Transformer Isolation
If the AM tower is insulated at the base, an isolation
transformer may be used to couple the FM power
across the base insulator without introducing objectionable mismatch into the FM antenna feed line. An
isolation transformer is especially desirable for feeding
high impedance AM radiators or AM radiators which
are part of an AM directional antenna system which
might be adversely affected by a quarter-wave isolation system.

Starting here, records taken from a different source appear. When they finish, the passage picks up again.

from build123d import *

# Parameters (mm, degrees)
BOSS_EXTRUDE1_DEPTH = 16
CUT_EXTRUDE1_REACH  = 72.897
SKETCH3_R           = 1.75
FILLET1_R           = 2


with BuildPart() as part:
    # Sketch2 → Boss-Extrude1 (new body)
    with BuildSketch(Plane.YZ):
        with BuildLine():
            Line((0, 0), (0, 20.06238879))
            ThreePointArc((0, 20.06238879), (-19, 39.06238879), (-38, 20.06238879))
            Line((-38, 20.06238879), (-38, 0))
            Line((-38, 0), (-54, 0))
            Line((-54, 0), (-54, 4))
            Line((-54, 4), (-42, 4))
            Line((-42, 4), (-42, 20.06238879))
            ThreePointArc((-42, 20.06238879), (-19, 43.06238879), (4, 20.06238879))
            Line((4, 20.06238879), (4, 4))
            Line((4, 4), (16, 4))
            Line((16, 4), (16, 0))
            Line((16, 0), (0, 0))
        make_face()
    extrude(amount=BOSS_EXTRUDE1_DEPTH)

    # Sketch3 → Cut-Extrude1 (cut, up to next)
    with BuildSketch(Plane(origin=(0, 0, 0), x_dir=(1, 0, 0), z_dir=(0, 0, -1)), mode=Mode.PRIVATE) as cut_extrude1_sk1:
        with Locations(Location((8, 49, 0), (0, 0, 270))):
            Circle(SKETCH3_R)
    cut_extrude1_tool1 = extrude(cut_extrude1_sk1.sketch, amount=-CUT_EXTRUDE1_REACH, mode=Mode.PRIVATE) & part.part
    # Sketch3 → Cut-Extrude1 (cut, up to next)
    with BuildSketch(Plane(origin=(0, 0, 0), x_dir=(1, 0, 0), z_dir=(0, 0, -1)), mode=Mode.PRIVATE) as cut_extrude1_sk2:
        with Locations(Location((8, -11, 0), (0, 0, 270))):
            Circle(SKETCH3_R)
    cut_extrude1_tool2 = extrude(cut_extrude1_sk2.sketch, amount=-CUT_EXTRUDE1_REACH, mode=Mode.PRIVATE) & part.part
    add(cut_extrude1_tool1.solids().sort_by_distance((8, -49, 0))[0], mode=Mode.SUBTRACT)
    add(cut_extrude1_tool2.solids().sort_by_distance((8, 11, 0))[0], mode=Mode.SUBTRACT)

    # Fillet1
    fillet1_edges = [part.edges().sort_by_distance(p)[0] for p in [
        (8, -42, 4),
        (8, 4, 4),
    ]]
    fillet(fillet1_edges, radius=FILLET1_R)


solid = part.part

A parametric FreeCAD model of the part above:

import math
import FreeCAD as App
import Part
import Sketcher

V = App.Vector
Q = App.Units.Quantity


def edges_at(feature, points):
    """Names of the edges that pass closest to the given points."""
    edges = feature.Shape.Edges
    near = lambda p: min(range(len(edges)), key=lambda i: edges[i].distToShape(Part.Vertex(*p))[0])
    return sorted({f"Edge{near(p) + 1}" for p in points})

doc = App.newDocument("Part")
body = doc.addObject("PartDesign::Body", "Body")

sketch1 = body.newObject("Sketcher::SketchObject", "Sketch")
sketch1.AttachmentSupport = (doc.getObject("YZ_Plane"), [""])
sketch1.MapMode = "FlatFace"
sketch1.addGeometry([
    Part.LineSegment(V(0, 20.1, 0), V(0, 0, 0)),
    Part.LineSegment(V(0, 0, 0), V(16, 0, 0)),
    Part.LineSegment(V(16, 0, 0), V(16, 4, 0)),
    Part.LineSegment(V(16, 4, 0), V(4, 4, 0)),
    Part.LineSegment(V(4, 4, 0), V(4, 20.1, 0)),
    Part.ArcOfCircle(Part.Circle(V(-19, 20.1, 0), V(0, 0, 1), 23), math.radians(0), math.radians(180)),
    Part.LineSegment(V(-42, 20.1, 0), V(-42, 4, 0)),
    Part.LineSegment(V(-42, 4, 0), V(-54, 4, 0)),
    Part.LineSegment(V(-54, 4, 0), V(-54, 0, 0)),
    Part.LineSegment(V(-54, 0, 0), V(-38, 0, 0)),
    Part.LineSegment(V(-38, 0, 0), V(-38, 20.1, 0)),
    Part.ArcOfCircle(Part.Circle(V(-19, 20.1, 0), V(0, 0, 1), 19), math.radians(0), math.radians(180)),
], False)
sketch1.addConstraint([
    Sketcher.Constraint("Coincident", 0, 2, 1, 1),
    Sketcher.Constraint("Coincident", 1, 2, 2, 1),
    Sketcher.Constraint("Coincident", 2, 2, 3, 1),
    Sketcher.Constraint("Coincident", 3, 2, 4, 1),
    Sketcher.Constraint("Tangent", 4, 2, 5, 1),
    Sketcher.Constraint("Tangent", 5, 2, 6, 1),
    Sketcher.Constraint("Coincident", 6, 2, 7, 1),
    Sketcher.Constraint("Coincident", 7, 2, 8, 1),
    Sketcher.Constraint("Coincident", 8, 2, 9, 1),
    Sketcher.Constraint("Coincident", 9, 2, 10, 1),
    Sketcher.Constraint("Tangent", 10, 2, 11, 2),
    Sketcher.Constraint("Tangent", 11, 1, 0, 1),
    Sketcher.Constraint("Vertical", 0),
    Sketcher.Constraint("Horizontal", 1),
    Sketcher.Constraint("Vertical", 2),
    Sketcher.Constraint("Horizontal", 3),
    Sketcher.Constraint("Vertical", 4),
    Sketcher.Constraint("Vertical", 6),
    Sketcher.Constraint("Horizontal", 7),
    Sketcher.Constraint("Vertical", 8),
    Sketcher.Constraint("Horizontal", 9),
    Sketcher.Constraint("Vertical", 10),
    Sketcher.Constraint("Coincident", 0, 2, -1, 1),
    Sketcher.Constraint("Coincident", 11, 3, 5, 3),
    Sketcher.Constraint("PointOnObject", 8, 2, -1),
    Sketcher.Constraint("Horizontal", 3, 2, 6, 2),
    Sketcher.Constraint("Equal", 3, 7),
    Sketcher.Constraint("Radius", 5, Q("23 mm")),
    Sketcher.Constraint("Radius", 11, Q("19 mm")),
    Sketcher.Constraint("DistanceX", 1, 1, 1, 2, Q("16 mm")),
    Sketcher.Constraint("DistanceY", 2, 1, 2, 2, Q("4 mm")),
    Sketcher.Constraint("DistanceY", 0, 2, 0, 1, Q("20.062389 mm")),
])
pad1 = body.newObject("PartDesign::Pad", "Pad")
pad1.Profile = sketch1
pad1.Length = 16

sketch2 = body.newObject("Sketcher::SketchObject", "Sketch001")
sketch2.AttachmentSupport = (doc.getObject("XY_Plane"), [""])
sketch2.MapMode = "FlatFace"
sketch2.addGeometry(Part.Circle(V(8, -49, 0), V(0, 0, 1), 1.8), False)
sketch2.addConstraint([
    Sketcher.Constraint("Diameter", 0, Q("3.5 mm")),
    Sketcher.Constraint("DistanceX", -1, 1, 0, 3, Q("8 mm")),
    Sketcher.Constraint("DistanceY", 0, 3, -1, 1, Q("49 mm")),
])
pocket1 = body.newObject("PartDesign::Pocket", "Pocket")
pocket1.Profile = sketch2
pocket1.Type = "UpToFirst"
pocket1.Reversed = True

sketch3 = body.newObject("Sketcher::SketchObject", "Sketch002")
sketch3.AttachmentSupport = (doc.getObject("XY_Plane"), [""])
sketch3.MapMode = "FlatFace"
sketch3.addGeometry(Part.Circle(V(8, 11, 0), V(0, 0, 1), 1.8), False)
sketch3.addConstraint([
    Sketcher.Constraint("Diameter", 0, Q("3.5 mm")),
    Sketcher.Constraint("DistanceX", -1, 1, 0, 3, Q("8 mm")),
    Sketcher.Constraint("DistanceY", -1, 1, 0, 3, Q("11 mm")),
])
pocket2 = body.newObject("PartDesign::Pocket", "Pocket001")
pocket2.Profile = sketch3
pocket2.Type = "UpToFirst"
pocket2.Reversed = True
doc.recompute()

fillet = body.newObject("PartDesign::Fillet", "Fillet")
fillet.Base = (pocket2, edges_at(pocket2, [(8, -42, 4), (8, 4, 4)]))
fillet.Radius = 2

doc.recompute()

These transformers have two tightly coupled RF
coils which are resonant at the FM operating frequency. An air gap is provided for the AM power to
pass through the two resonant loops. The capacity is
quite low, resulting in a very high capacitive reactance
placed across the tower base insulator.
Figure 4.12-17 shows the internal basic construction
of a typical isolation transformer. The insulation for
AM under the top of the box may be high density
polyethylene, teflon, or fiberglass. The metal top provides a rain shield as well as protection from dust,
mud, or snow.
The use of these isolation transformers permits the
AM tower to operate undisturbed by the presence of
the FM antenna. It also allows the FM coaxial line
to be connected in the usual manner, except for the
placement of the isolation transformer. These have
internal gas blocks and permit the passage of dry air
pressure through the transformer via a plastic tube.

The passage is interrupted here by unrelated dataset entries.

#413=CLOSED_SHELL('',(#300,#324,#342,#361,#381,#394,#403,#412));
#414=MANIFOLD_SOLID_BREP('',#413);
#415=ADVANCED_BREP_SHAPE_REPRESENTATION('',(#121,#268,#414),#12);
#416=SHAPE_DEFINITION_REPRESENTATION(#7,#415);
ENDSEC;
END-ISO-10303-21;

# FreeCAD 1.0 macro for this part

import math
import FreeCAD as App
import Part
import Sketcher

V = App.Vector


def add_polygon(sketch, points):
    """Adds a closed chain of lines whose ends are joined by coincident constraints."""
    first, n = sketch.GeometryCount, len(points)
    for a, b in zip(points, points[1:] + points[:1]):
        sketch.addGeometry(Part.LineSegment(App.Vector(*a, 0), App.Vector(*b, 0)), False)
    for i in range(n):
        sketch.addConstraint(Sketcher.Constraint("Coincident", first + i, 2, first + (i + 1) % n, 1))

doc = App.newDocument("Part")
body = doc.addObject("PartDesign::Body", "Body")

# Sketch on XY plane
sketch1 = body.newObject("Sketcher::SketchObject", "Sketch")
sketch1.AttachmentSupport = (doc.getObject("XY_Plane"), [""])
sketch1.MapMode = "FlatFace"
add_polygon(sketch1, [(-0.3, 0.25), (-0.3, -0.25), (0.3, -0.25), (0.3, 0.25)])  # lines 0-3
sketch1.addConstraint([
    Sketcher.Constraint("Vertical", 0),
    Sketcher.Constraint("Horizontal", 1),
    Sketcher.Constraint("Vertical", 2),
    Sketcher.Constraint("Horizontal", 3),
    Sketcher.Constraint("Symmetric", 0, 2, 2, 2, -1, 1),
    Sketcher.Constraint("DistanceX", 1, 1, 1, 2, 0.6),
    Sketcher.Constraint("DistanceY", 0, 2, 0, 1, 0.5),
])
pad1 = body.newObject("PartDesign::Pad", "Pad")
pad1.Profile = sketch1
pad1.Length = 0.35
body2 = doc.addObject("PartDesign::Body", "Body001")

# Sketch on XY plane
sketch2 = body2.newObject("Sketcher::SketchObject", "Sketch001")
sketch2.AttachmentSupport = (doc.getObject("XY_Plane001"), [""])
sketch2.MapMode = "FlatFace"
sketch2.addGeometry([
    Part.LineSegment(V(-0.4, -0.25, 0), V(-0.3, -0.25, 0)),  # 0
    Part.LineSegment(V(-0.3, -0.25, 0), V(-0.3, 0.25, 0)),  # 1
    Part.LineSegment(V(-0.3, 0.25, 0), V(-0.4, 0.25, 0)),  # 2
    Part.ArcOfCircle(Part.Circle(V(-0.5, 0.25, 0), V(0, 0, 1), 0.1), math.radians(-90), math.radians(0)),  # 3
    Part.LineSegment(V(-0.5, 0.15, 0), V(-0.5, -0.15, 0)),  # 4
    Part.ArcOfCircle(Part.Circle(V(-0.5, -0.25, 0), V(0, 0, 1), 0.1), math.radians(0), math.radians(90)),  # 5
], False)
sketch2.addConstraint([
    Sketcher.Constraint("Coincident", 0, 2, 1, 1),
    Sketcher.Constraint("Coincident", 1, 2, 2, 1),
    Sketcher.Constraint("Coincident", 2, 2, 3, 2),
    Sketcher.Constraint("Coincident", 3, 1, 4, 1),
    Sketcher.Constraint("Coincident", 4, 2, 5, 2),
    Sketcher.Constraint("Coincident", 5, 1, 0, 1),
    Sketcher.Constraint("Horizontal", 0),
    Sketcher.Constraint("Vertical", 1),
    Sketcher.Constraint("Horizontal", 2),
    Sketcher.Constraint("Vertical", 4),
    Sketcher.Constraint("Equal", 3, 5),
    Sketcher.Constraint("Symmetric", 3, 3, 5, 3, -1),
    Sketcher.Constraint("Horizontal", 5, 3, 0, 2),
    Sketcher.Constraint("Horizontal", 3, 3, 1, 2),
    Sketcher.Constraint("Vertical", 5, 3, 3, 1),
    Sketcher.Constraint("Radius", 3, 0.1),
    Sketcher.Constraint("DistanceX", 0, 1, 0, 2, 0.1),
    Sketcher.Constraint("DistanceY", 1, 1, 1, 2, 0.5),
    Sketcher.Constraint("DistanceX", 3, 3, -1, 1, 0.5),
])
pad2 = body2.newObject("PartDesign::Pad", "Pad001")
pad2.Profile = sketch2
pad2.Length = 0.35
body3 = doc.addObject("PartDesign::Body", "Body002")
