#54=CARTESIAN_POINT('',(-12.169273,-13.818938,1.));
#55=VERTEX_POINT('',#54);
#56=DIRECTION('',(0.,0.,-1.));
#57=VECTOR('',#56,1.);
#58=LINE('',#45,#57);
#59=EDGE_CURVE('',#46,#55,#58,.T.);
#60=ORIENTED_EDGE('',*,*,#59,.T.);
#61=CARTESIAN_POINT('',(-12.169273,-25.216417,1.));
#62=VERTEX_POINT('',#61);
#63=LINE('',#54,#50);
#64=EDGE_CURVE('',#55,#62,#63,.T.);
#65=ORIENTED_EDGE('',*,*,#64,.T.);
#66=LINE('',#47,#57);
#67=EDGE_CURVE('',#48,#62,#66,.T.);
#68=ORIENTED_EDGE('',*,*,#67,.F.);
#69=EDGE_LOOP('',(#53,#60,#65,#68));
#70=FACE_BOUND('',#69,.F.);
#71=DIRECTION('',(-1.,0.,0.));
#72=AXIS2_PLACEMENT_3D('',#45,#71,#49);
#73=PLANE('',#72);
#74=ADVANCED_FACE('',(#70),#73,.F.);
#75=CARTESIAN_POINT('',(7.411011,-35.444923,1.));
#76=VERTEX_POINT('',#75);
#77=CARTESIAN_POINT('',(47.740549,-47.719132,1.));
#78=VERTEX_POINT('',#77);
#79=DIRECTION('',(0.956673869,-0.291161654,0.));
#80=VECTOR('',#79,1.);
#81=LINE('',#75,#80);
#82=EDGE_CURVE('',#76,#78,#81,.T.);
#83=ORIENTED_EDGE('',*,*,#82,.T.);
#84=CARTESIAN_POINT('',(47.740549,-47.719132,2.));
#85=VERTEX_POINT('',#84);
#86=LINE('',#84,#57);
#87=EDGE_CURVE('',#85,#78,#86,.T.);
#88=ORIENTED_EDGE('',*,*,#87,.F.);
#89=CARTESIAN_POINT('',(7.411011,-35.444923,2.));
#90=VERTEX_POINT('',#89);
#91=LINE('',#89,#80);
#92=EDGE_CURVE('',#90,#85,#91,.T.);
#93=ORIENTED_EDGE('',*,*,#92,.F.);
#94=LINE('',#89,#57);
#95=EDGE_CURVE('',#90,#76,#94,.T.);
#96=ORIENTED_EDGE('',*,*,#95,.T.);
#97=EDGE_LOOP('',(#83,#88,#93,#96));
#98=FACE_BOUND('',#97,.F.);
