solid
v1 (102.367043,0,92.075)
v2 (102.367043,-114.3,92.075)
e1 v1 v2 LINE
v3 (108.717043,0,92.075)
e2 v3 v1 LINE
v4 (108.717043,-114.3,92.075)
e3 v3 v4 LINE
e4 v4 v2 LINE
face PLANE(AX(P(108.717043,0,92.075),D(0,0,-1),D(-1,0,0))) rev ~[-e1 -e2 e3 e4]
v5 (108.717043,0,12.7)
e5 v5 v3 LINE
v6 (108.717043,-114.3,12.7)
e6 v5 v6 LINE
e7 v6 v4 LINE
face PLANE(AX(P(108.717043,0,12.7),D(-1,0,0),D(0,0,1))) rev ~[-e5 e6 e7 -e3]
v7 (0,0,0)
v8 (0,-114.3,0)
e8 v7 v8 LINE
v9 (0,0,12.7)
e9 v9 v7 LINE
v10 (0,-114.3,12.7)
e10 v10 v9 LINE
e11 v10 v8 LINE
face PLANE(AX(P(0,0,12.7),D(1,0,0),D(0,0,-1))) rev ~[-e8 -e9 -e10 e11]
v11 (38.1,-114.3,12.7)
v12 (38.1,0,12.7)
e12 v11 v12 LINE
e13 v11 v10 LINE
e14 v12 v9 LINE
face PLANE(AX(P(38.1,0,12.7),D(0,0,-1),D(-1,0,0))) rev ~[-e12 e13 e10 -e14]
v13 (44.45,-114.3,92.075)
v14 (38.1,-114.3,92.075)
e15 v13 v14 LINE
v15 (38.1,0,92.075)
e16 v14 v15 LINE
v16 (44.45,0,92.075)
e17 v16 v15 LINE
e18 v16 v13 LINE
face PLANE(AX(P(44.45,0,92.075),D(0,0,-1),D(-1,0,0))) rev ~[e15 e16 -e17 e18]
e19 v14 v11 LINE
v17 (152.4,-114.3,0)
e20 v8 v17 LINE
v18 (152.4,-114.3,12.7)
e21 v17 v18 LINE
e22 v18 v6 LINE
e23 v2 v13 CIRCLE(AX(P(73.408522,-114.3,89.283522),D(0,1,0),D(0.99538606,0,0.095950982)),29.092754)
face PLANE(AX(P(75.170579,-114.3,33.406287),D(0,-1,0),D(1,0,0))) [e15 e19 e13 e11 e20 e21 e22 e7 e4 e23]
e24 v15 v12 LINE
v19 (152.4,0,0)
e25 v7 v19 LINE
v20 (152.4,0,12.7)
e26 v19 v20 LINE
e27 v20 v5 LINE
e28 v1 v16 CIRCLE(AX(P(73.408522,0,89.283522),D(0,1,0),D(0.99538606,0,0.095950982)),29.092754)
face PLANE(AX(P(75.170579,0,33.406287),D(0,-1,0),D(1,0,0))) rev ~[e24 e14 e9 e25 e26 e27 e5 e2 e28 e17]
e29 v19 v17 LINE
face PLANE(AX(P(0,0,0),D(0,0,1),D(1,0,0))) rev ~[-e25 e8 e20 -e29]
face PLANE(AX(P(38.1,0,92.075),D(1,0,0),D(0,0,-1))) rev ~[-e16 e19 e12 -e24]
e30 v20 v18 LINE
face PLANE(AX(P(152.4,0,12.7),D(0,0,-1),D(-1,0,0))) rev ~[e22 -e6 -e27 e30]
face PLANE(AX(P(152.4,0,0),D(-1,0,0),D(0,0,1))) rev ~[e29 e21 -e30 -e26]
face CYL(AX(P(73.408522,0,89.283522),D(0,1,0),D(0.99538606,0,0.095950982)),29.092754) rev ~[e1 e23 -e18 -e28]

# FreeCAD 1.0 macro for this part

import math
import FreeCAD as App
import Part
import Sketcher
Q = App.Units.Quantity

doc = App.newDocument("Part")
body = doc.addObject("PartDesign::Body", "Body")

sketch1 = body.newObject("Sketcher::SketchObject", "Sketch")
sketch1.AttachmentSupport = (doc.getObject("XZ_Plane"), [""])
sketch1.MapMode = "FlatFace"
sketch1.addGeometry(Part.LineSegment(App.Vector(0, 12.7, 0), App.Vector(0, 0, 0)), False)
sketch1.addGeometry(Part.LineSegment(App.Vector(0, 0, 0), App.Vector(152.4, 0, 0)), False)
sketch1.addGeometry(Part.LineSegment(App.Vector(152.4, 0, 0), App.Vector(152.4, 12.7, 0)), False)
sketch1.addGeometry(Part.LineSegment(App.Vector(152.4, 12.7, 0), App.Vector(108.717043, 12.7, 0)), False)
sketch1.addGeometry(Part.LineSegment(App.Vector(108.717043, 12.7, 0), App.Vector(108.717043, 92.075, 0)), False)
sketch1.addGeometry(Part.LineSegment(App.Vector(108.717043, 92.075, 0), App.Vector(102.367043, 92.075, 0)), False)
sketch1.addGeometry(Part.ArcOfCircle(Part.Circle(App.Vector(73.408522, 89.283522, 0), App.Vector(0, 0, 1), 29.092754), math.radians(174.493943), math.radians(365.506057)), False)
sketch1.addGeometry(Part.LineSegment(App.Vector(44.45, 92.075, 0), App.Vector(38.1, 92.075, 0)), False)
sketch1.addGeometry(Part.LineSegment(App.Vector(38.1, 92.075, 0), App.Vector(38.1, 12.7, 0)), False)
sketch1.addGeometry(Part.LineSegment(App.Vector(38.1, 12.7, 0), App.Vector(0, 12.7, 0)), False)
sketch1.addConstraint(Sketcher.Constraint("Coincident", 0, 2, 1, 1))
sketch1.addConstraint(Sketcher.Constraint("Coincident", 1, 2, 2, 1))
sketch1.addConstraint(Sketcher.Constraint("Coincident", 2, 2, 3, 1))
sketch1.addConstraint(Sketcher.Constraint("Coincident", 3, 2, 4, 1))
sketch1.addConstraint(Sketcher.Constraint("Coincident", 4, 2, 5, 1))
sketch1.addConstraint(Sketcher.Constraint("Coincident", 5, 2, 6, 2))
sketch1.addConstraint(Sketcher.Constraint("Coincident", 6, 1, 7, 1))
sketch1.addConstraint(Sketcher.Constraint("Coincident", 7, 2, 8, 1))
sketch1.addConstraint(Sketcher.Constraint("Coincident", 8, 2, 9, 1))
sketch1.addConstraint(Sketcher.Constraint("Coincident", 9, 2, 0, 1))
sketch1.addConstraint(Sketcher.Constraint("Vertical", 0))
sketch1.addConstraint(Sketcher.Constraint("Horizontal", 1))
sketch1.addConstraint(Sketcher.Constraint("Vertical", 2))
sketch1.addConstraint(Sketcher.Constraint("Horizontal", 3))
sketch1.addConstraint(Sketcher.Constraint("Vertical", 4))
sketch1.addConstraint(Sketcher.Constraint("Horizontal", 5))
sketch1.addConstraint(Sketcher.Constraint("Horizontal", 7))
sketch1.addConstraint(Sketcher.Constraint("Vertical", 8))
sketch1.addConstraint(Sketcher.Constraint("Horizontal", 9))
sketch1.addConstraint(Sketcher.Constraint("Coincident", 0, 2, -1, 1))
sketch1.addConstraint(Sketcher.Constraint("Horizontal", 5, 2, 6, 1))
sketch1.addConstraint(Sketcher.Constraint("Horizontal", 3, 2, 8, 2))
sketch1.addConstraint(Sketcher.Constraint("Equal", 5, 7))
sketch1.addConstraint(Sketcher.Constraint("DistanceX", 1, 1, 1, 2, Q("6 in")))
sketch1.addConstraint(Sketcher.Constraint("DistanceX", 9, 2, 9, 1, Q("1.5 in")))
sketch1.addConstraint(Sketcher.Constraint("DistanceY", 0, 2, 0, 1, Q("0.5 in")))
sketch1.addConstraint(Sketcher.Constraint("DistanceX", 5, 2, 5, 1, Q("0.25 in")))
sketch1.addConstraint(Sketcher.Constraint("DistanceY", 4, 1, 4, 2, Q("3.125 in")))
sketch1.addConstraint(Sketcher.Constraint("Radius", 6, 29.092754))
sketch1.addConstraint(Sketcher.Constraint("DistanceX", 3, 2, 3, 1, 43.682957))
pad1 = body.newObject("PartDesign::Pad", "Pad")
pad1.Profile = sketch1
pad1.Length = Q("1 in")

sketch2 = body.newObject("Sketcher::SketchObject", "Sketch001")
sketch2.AttachmentSupport = (doc.getObject("XZ_Plane"), [""])
sketch2.MapMode = "FlatFace"
sketch2.addGeometry(Part.LineSegment(App.Vector(0, 12.7, 0), App.Vector(0, 0, 0)), False)
sketch2.addGeometry(Part.LineSegment(App.Vector(0, 0, 0), App.Vector(152.4, 0, 0)), False)
sketch2.addGeometry(Part.LineSegment(App.Vector(152.4, 0, 0), App.Vector(152.4, 12.7, 0)), False)
sketch2.addGeometry(Part.LineSegment(App.Vector(152.4, 12.7, 0), App.Vector(108.717043, 12.7, 0)), False)
sketch2.addGeometry(Part.LineSegment(App.Vector(108.717043, 12.7, 0), App.Vector(108.717043, 92.075, 0)), False)
sketch2.addGeometry(Part.LineSegment(App.Vector(108.717043, 92.075, 0), App.Vector(102.367043, 92.075, 0)), False)
sketch2.addGeometry(Part.ArcOfCircle(Part.Circle(App.Vector(73.408522, 89.283522, 0), App.Vector(0, 0, 1), 29.092754), math.radians(174.493943), math.radians(365.506057)), False)
sketch2.addGeometry(Part.LineSegment(App.Vector(44.45, 92.075, 0), App.Vector(38.1, 92.075, 0)), False)
sketch2.addGeometry(Part.LineSegment(App.Vector(38.1, 92.075, 0), App.Vector(38.1, 12.7, 0)), False)
sketch2.addGeometry(Part.LineSegment(App.Vector(38.1, 12.7, 0), App.Vector(0, 12.7, 0)), False)
sketch2.addConstraint(Sketcher.Constraint("Coincident", 0, 2, 1, 1))
sketch2.addConstraint(Sketcher.Constraint("Coincident", 1, 2, 2, 1))
sketch2.addConstraint(Sketcher.Constraint("Coincident", 2, 2, 3, 1))
sketch2.addConstraint(Sketcher.Constraint("Coincident", 3, 2, 4, 1))
sketch2.addConstraint(Sketcher.Constraint("Coincident", 4, 2, 5, 1))
sketch2.addConstraint(Sketcher.Constraint("Coincident", 5, 2, 6, 2))
sketch2.addConstraint(Sketcher.Constraint("Coincident", 6, 1, 7, 1))
sketch2.addConstraint(Sketcher.Constraint("Coincident", 7, 2, 8, 1))
sketch2.addConstraint(Sketcher.Constraint("Coincident", 8, 2, 9, 1))
sketch2.addConstraint(Sketcher.Constraint("Coincident", 9, 2, 0, 1))
sketch2.addConstraint(Sketcher.Constraint("Vertical", 0))
sketch2.addConstraint(Sketcher.Constraint("Horizontal", 1))
sketch2.addConstraint(Sketcher.Constraint("Vertical", 2))
sketch2.addConstraint(Sketcher.Constraint("Horizontal", 3))
sketch2.addConstraint(Sketcher.Constraint("Vertical", 4))
sketch2.addConstraint(Sketcher.Constraint("Horizontal", 5))
sketch2.addConstraint(Sketcher.Constraint("Horizontal", 7))
sketch2.addConstraint(Sketcher.Constraint("Vertical", 8))
sketch2.addConstraint(Sketcher.Constraint("Horizontal", 9))
sketch2.addConstraint(Sketcher.Constraint("Coincident", 0, 2, -1, 1))
sketch2.addConstraint(Sketcher.Constraint("Horizontal", 5, 2, 6, 1))
sketch2.addConstraint(Sketcher.Constraint("Horizontal", 3, 2, 8, 2))
sketch2.addConstraint(Sketcher.Constraint("Equal", 5, 7))
sketch2.addConstraint(Sketcher.Constraint("DistanceX", 1, 1, 1, 2, Q("6 in")))
sketch2.addConstraint(Sketcher.Constraint("DistanceX", 9, 2, 9, 1, Q("1.5 in")))
sketch2.addConstraint(Sketcher.Constraint("DistanceY", 0, 2, 0, 1, Q("0.5 in")))
sketch2.addConstraint(Sketcher.Constraint("DistanceX", 5, 2, 5, 1, Q("0.25 in")))
sketch2.addConstraint(Sketcher.Constraint("DistanceY", 4, 1, 4, 2, Q("3.125 in")))
sketch2.addConstraint(Sketcher.Constraint("Radius", 6, 29.092754))
sketch2.addConstraint(Sketcher.Constraint("DistanceX", 3, 2, 3, 1, 43.682957))
pad2 = body.newObject("PartDesign::Pad", "Pad001")
pad2.Profile = sketch2
pad2.Length = Q("4.5 in")

doc.recompute()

In addition to lower cost, the isolation transformer
method has another advantage in directional AM tower
use. It does not distort the AM radiator current distribution which may adversely affect the AM radiation
pattern.
Quarter-Wavelength Isolation
A less popular and older method is to use the technique of quarter-wavelength transmission lines. Sim-
ply stated, the opposite end of a shorted quarter-wavelength line has high impedance. This high impedance
is placed across the AM tower base and may be successfully used to provide the necessary isolation. It is
more difficult to physically accomplish this as the
tower should be at least one quarter-wavelength high,
and the FM antenna coax line must be insulated
all the way down the tower. In practice the insulated
part may be as short as 75 of line, as the line
hangers and distributed capacity of the line tend to
electrically increase the physically shorter line. For
best results, the FM line should be placed within the
tower body.
Guy Cable Considerations
The presence of continuous steel guy cables going
through the FM antenna level on a steel supporting
tower was studied by Jampro Antenna Company in
1968. It was found that guy cables had an effect of
less than 0.6 dB in the azimuth pattern of a H-pol
antenna. On V-pol the maximum variation was 1.8 dB
on the azimuth pattern. The strongest effect is on CP
where the azimuth pattern change was as great as 3.4
dB. The elevation pattern was also affected since the
first and second nulls were filled as much as 4 dB.
In addition to pattern anomalies, the steel cables
reradiate near the ground. This may cause RF feedback
problems in some high power installations with low
level audio equipment located in a building near the
base of the tower.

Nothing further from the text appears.